The choice of radioisotope thermoelectric generators was not made lightly. Other options (including solar power) were considered but it turns out that in the cold, dark, radiation-rich environment of Saturn, radioisotope thermoelectric, generators were the only available option. Some critics, who have never had to design a spacecraft or its electrical power system, have charged that NASA could have used solar power. In fact, NASA looked at a solar array design, but the solar option was too heavy to launch. Saturn is so far from the Sun that it receives only about one percent of the sunlight Earth gets.
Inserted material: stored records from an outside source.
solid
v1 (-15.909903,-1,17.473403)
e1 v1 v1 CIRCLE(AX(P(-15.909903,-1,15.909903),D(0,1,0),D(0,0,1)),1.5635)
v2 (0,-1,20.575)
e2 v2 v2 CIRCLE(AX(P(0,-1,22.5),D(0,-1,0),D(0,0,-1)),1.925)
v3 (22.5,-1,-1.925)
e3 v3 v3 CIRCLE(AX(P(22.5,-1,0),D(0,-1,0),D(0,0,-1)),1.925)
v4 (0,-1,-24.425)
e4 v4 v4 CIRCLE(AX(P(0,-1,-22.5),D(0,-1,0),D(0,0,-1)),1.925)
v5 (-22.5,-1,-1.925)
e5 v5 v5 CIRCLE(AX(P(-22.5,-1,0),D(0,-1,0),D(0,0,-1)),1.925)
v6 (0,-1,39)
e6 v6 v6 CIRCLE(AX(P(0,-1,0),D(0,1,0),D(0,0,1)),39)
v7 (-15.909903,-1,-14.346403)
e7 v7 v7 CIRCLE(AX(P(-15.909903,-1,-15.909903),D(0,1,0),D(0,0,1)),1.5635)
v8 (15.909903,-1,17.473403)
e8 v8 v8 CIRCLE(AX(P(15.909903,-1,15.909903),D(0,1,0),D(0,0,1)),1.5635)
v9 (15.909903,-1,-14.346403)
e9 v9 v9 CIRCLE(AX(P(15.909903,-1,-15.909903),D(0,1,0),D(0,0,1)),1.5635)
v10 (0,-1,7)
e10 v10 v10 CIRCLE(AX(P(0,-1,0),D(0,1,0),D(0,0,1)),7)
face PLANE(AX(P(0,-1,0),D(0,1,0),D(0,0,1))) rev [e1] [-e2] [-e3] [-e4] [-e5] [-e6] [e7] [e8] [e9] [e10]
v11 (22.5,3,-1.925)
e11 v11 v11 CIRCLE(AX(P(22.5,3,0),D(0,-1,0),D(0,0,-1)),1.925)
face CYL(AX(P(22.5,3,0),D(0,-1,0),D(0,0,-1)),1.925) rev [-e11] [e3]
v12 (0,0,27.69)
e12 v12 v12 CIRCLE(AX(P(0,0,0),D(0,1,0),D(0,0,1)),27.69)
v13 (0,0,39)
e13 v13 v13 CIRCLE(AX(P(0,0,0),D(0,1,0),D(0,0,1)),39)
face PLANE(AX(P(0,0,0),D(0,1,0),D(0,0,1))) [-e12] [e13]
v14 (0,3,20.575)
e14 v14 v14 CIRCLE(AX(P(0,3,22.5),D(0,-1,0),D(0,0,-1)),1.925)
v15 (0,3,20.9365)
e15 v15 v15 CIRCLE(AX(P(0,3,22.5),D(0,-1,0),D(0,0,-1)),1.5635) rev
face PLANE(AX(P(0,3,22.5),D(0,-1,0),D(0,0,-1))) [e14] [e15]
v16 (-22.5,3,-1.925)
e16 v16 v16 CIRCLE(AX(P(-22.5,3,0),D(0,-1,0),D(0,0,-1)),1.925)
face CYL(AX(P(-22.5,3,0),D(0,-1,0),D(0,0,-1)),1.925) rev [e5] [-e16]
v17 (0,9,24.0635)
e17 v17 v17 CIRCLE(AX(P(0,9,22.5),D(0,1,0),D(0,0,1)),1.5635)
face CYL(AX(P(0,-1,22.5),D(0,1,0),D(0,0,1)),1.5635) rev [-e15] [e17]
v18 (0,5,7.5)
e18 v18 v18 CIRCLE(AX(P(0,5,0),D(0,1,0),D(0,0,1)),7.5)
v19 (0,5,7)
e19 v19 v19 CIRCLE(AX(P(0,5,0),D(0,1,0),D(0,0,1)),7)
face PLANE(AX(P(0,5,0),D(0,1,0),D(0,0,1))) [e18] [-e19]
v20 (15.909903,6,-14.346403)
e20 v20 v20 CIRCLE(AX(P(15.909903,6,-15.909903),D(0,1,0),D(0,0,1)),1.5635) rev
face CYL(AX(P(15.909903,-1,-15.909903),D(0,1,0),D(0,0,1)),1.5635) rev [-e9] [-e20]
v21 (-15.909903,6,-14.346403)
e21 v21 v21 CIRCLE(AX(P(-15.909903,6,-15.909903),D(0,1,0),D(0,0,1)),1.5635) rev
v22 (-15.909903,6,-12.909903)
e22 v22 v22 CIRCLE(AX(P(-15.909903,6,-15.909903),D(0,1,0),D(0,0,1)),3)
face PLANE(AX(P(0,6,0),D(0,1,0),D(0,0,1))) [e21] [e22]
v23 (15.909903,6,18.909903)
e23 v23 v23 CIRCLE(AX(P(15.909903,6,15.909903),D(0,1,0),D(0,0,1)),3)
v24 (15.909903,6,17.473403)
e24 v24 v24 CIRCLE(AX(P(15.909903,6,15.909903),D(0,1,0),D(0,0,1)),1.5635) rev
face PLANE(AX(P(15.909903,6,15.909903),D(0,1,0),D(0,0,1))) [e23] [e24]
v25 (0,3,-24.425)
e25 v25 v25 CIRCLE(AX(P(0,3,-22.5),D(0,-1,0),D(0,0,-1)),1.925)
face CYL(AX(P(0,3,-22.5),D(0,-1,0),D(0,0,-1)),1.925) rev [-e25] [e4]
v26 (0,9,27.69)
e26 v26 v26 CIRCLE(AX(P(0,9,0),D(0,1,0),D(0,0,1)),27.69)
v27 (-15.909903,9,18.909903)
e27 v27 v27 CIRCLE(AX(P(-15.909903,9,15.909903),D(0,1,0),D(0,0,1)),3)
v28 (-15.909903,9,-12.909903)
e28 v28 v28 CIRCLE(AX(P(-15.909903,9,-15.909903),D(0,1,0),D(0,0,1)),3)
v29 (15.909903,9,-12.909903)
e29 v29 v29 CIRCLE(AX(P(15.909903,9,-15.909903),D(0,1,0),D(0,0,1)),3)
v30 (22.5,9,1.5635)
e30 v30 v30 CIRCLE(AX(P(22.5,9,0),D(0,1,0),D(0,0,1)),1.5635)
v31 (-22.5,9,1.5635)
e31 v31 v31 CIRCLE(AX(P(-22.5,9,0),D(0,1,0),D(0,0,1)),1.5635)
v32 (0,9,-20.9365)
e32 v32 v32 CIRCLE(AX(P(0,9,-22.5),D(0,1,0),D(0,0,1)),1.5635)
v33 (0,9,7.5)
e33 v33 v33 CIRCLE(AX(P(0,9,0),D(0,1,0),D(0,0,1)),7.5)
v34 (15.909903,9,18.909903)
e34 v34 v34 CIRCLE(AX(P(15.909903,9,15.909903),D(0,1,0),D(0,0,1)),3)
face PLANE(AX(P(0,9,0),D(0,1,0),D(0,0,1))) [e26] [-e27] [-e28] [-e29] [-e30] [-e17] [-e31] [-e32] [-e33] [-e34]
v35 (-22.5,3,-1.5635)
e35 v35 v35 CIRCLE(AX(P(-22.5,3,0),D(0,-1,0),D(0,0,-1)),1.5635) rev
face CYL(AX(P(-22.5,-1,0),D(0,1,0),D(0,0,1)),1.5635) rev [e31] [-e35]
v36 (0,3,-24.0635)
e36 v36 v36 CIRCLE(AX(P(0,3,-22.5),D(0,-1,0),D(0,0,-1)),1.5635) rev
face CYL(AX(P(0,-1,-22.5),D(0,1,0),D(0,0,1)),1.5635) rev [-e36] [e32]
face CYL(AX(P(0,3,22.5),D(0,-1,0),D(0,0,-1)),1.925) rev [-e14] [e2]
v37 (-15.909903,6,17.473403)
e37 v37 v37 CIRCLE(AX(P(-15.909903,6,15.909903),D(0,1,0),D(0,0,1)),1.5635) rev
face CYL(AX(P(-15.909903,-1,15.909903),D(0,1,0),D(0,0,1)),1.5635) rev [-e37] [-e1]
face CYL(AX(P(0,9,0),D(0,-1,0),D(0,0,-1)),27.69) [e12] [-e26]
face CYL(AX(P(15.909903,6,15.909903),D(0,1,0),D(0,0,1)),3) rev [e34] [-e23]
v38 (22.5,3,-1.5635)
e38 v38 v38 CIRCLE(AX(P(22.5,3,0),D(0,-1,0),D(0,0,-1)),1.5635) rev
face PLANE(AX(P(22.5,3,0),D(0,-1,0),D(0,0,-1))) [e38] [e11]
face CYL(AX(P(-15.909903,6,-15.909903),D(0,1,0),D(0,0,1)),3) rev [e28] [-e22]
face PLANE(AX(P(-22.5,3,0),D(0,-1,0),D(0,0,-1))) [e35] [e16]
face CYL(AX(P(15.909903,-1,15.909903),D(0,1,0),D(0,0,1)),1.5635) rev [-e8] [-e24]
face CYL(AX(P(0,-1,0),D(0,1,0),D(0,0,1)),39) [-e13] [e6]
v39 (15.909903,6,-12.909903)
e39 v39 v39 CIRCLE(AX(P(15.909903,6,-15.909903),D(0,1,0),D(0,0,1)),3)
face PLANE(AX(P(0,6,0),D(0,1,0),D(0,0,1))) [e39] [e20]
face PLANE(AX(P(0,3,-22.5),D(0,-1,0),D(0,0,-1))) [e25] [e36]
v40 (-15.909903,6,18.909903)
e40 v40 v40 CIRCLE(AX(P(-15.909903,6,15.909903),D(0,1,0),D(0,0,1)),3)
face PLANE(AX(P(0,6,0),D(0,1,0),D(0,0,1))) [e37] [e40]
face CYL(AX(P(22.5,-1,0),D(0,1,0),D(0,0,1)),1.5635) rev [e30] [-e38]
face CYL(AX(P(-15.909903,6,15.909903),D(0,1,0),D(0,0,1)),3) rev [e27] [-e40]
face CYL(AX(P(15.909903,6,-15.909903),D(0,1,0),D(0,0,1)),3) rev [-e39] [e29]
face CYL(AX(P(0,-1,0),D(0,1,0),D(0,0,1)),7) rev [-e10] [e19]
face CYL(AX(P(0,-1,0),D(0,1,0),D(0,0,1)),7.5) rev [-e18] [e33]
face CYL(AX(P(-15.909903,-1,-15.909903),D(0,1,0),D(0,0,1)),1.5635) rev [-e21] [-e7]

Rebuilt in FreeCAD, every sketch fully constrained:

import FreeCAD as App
import Part
import Sketcher

V = App.Vector
Q = App.Units.Quantity

doc = App.newDocument("Part")
body = doc.addObject("PartDesign::Body", "Body")

# Sketch on XZ plane
sketch1 = doc.addObject("Sketcher::SketchObject", "Sketch")
body.addObject(sketch1)
sketch1.AttachmentSupport = (doc.XZ_Plane, [""])
sketch1.MapMode = "FlatFace"
sketch1.addGeometry([
    Part.Circle(V(0, 0, 0), V(0, 0, 1), 39),  # 0
    Part.Circle(V(-15.909903, -15.909903, 0), V(0, 0, 1), 1.5635),  # 1
    Part.Circle(V(0, -22.5, 0), V(0, 0, 1), 1.5635),  # 2
    Part.Circle(V(-22.5, 0, 0), V(0, 0, 1), 1.5635),  # 3
    Part.Circle(V(-15.909903, 15.909903, 0), V(0, 0, 1), 1.5635),  # 4
    Part.Circle(V(15.909903, -15.909903, 0), V(0, 0, 1), 1.5635),  # 5
    Part.Circle(V(22.5, 0, 0), V(0, 0, 1), 1.5635),  # 6
    Part.Circle(V(0, 0, 0), V(0, 0, 1), 7.5),  # 7
    Part.Circle(V(0, 22.5, 0), V(0, 0, 1), 1.5635),  # 8
    Part.Circle(V(15.909903, 15.909903, 0), V(0, 0, 1), 1.5635),  # 9
], False)
sketch1.addConstraint([
    Sketcher.Constraint("Coincident", 0, 3, -1, 1),
    Sketcher.Constraint("Coincident", 7, 3, -1, 1),
    Sketcher.Constraint("Equal", 1, 2),
    Sketcher.Constraint("Equal", 2, 3),
    Sketcher.Constraint("Equal", 3, 4),
    Sketcher.Constraint("Equal", 4, 5),
    Sketcher.Constraint("Equal", 5, 6),
    Sketcher.Constraint("Equal", 6, 8),
    Sketcher.Constraint("Equal", 8, 9),
    Sketcher.Constraint("Symmetric", 4, 3, 5, 3, -1, 1),
    Sketcher.Constraint("Symmetric", 3, 3, 6, 3, -1, 1),
    Sketcher.Constraint("Symmetric", 2, 3, 8, 3, -1, 1),
    Sketcher.Constraint("Symmetric", 1, 3, 9, 3, -1, 1),
    Sketcher.Constraint("Symmetric", 1, 3, 5, 3, -2),
    Sketcher.Constraint("PointOnObject", 2, 3, -2),
    Sketcher.Constraint("PointOnObject", 3, 3, -1),
    Sketcher.Constraint("Diameter", 0, Q("78 mm")),
    Sketcher.Constraint("Diameter", 7, Q("15 mm")),
    Sketcher.Constraint("Diameter", 1, Q("3.127 mm")),
    Sketcher.Constraint("DistanceY", 2, 3, -1, 1, Q("22.5 mm")),
    Sketcher.Constraint("DistanceX", 3, 3, -1, 1, Q("22.5 mm")),
    Sketcher.Constraint("DistanceX", 1, 3, -1, 1, Q("15.909903 mm")),
    Sketcher.Constraint("DistanceY", 1, 3, -1, 1, Q("15.909903 mm")),
])
pad1 = doc.addObject("PartDesign::Pad", "Pad")
body.addObject(pad1)
pad1.Profile = sketch1
pad1.Length = 1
This means that if a spacecraft needs one kilowatt of power at Saturn, it must have an array that will produce at least 100 kilowatts at Earth. Moreover, the intense cold and the radiation belts around Saturn would seriously damage, if not totally disable, a solar array.
Splitting Cassini into "smaller missions" would cancel many of the scientific benefits of a global observer like Cassini-- analogous to watching a concert without being able to hear the music. If each of these "smaller missions" were flown, they would still require the large amount of propellant to slow them down at Saturn (making them relatively large spacecraft). They would still require enough power from RTGs to take care, of the scientific instruments, the basic "housekeeping" activities of the spacecraft, and send the data back from distant Saturn. (In general, it takes more power and larger antennas the farther the craft goes from Earth.) So a series of "smaller missions" would probably end up involving at least as much plutonium-238 as Cassini -- and certainly more launches!
Th Cassini RTGs have been designed to survive a wide range of postulated accidents. (If automobile engineers used the same design philosophy they would have to assume the occurrence of a crash, and then design a protective cocoon for the occupants of the car.) The goal has been to make the risk as low as practical. Careful attention is paid to such missions so that there is no undue risk. In assessing the risks, which were publicly presented through the environmental impact statement process and through a public meeting in Florida, the historical failure probability of the Titan launch vehicle was considered so that the analyses would be as realistic as possible (and not make them "ring hollow").
The rewards from missions like Cassini include giving us a better understanding of how the Solar System formed and how we came to be. How one assesses the rewards of any activity is a personal judgment. The American philosopher Morris Cohen once asked whether we would accept a magical chariot that would take us anywhere if the price would be 30,000 lives lost every year. Of course, we would all say "No!" But we have accepted that chariot -- the automobile - and the price. My own assessment is that the rewards of exploring Saturn are, worth the incredibly small risk associated with Cassini. As a member of the Sierra Club and a contributor to a number of environmental and humanitarian organizations, I am more concerned about the dangers of international terrorism, ethnic cleansing, proliferation of nuclear weapons, and environmental degradation. During the month-long blitzkrieg by the Cassini critics, hundreds of people were brutally murdered in Algeria, hundreds more died in a ferry accident in Haiti, and thousands of people were facing death in Africa. In the final analysis, we need to be knowledgeable and active in dealing with the risks facing us while keeping a sense of proportion in these matters.